═══ Extracted material ═══
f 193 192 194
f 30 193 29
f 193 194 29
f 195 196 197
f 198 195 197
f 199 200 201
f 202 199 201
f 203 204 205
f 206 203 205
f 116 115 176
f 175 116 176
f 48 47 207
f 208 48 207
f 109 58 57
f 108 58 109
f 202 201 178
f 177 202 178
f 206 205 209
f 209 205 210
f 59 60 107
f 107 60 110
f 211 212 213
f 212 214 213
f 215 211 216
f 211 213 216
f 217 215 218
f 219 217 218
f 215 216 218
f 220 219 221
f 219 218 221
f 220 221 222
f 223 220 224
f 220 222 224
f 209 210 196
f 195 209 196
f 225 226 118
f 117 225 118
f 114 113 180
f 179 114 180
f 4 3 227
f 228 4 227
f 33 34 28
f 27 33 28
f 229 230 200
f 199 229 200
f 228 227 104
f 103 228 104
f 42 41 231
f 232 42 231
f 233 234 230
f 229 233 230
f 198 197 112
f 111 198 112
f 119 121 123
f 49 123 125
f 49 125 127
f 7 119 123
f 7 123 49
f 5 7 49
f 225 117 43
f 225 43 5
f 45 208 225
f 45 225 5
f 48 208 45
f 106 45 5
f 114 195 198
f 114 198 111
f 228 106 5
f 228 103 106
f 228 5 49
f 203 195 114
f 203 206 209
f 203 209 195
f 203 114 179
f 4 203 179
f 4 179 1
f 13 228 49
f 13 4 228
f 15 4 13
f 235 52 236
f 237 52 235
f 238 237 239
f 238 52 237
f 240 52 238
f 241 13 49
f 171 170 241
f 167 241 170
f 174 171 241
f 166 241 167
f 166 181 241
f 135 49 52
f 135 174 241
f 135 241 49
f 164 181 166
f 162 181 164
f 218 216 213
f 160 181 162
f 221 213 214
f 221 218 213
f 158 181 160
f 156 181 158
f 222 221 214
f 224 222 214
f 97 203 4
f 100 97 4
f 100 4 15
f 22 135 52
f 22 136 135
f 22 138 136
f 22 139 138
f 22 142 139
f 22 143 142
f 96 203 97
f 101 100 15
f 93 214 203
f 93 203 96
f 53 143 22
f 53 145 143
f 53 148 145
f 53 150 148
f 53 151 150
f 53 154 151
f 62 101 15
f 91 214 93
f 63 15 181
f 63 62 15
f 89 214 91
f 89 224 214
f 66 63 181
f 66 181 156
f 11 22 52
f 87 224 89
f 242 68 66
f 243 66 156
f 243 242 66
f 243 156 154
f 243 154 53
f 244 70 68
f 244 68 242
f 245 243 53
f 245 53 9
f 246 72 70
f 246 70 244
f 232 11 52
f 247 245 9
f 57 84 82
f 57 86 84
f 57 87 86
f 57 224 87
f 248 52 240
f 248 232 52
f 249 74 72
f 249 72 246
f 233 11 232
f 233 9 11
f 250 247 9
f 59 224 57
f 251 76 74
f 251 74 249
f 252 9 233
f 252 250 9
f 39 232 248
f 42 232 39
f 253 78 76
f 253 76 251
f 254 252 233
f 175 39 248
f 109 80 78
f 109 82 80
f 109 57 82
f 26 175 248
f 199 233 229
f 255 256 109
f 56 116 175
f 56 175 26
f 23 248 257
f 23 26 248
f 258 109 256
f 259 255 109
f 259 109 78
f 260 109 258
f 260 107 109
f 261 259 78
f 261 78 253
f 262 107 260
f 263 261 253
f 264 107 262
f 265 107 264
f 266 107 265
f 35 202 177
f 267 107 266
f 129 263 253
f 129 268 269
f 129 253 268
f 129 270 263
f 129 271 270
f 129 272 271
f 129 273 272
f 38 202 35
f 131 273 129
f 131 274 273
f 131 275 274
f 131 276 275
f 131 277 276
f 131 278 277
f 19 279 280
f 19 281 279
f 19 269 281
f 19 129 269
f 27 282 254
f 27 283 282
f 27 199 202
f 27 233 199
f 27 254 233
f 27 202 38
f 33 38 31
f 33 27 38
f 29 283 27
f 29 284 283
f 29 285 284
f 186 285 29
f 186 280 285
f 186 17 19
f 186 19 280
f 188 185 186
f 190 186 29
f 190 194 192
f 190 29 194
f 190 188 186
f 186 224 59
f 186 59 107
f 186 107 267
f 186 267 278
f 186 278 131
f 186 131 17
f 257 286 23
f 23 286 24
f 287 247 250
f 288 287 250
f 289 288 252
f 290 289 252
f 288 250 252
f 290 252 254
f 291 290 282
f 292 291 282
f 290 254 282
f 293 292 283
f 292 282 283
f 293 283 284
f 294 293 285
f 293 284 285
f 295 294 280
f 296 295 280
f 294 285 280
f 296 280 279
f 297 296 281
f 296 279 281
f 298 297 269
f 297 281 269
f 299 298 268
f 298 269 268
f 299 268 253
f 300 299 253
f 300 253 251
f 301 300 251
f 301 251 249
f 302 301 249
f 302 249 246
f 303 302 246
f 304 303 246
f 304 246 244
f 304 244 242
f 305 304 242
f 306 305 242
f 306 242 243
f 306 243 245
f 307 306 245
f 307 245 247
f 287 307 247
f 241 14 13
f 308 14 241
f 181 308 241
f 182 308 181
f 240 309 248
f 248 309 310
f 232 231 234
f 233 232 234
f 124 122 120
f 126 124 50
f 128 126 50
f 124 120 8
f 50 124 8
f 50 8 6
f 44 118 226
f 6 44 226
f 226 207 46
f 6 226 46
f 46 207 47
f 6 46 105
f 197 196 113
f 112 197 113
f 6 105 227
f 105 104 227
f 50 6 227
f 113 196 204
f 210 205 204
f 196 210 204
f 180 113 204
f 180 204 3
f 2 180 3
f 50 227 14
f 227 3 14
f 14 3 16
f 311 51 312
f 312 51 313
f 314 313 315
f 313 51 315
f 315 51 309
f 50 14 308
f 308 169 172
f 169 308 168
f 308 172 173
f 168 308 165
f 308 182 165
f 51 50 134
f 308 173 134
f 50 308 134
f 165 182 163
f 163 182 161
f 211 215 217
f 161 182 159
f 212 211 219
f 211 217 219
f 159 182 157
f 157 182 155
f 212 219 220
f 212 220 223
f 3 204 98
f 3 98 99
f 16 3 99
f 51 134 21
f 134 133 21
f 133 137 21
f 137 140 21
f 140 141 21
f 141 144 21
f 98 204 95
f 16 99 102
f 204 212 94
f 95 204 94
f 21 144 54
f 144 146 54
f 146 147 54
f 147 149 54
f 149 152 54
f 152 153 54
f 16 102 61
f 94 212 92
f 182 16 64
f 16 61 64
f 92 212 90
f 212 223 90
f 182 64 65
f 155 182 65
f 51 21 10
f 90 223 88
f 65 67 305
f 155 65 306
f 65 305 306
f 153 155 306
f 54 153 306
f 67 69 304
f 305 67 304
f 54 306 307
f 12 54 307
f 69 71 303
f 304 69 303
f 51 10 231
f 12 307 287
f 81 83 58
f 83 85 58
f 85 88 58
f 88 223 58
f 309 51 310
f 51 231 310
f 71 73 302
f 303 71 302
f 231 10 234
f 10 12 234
═══
Within the data above, the lines from the one with "f 249 74 72" to the one with "f 199 233 229" must be repeated exactly; no other line belongs in the answer.

f 249 74 72
f 249 72 246
f 233 11 232
f 233 9 11
f 250 247 9
f 59 224 57
f 251 76 74
f 251 74 249
f 252 9 233
f 252 250 9
f 39 232 248
f 42 232 39
f 253 78 76
f 253 76 251
f 254 252 233
f 175 39 248
f 109 80 78
f 109 82 80
f 109 57 82
f 26 175 248
f 199 233 229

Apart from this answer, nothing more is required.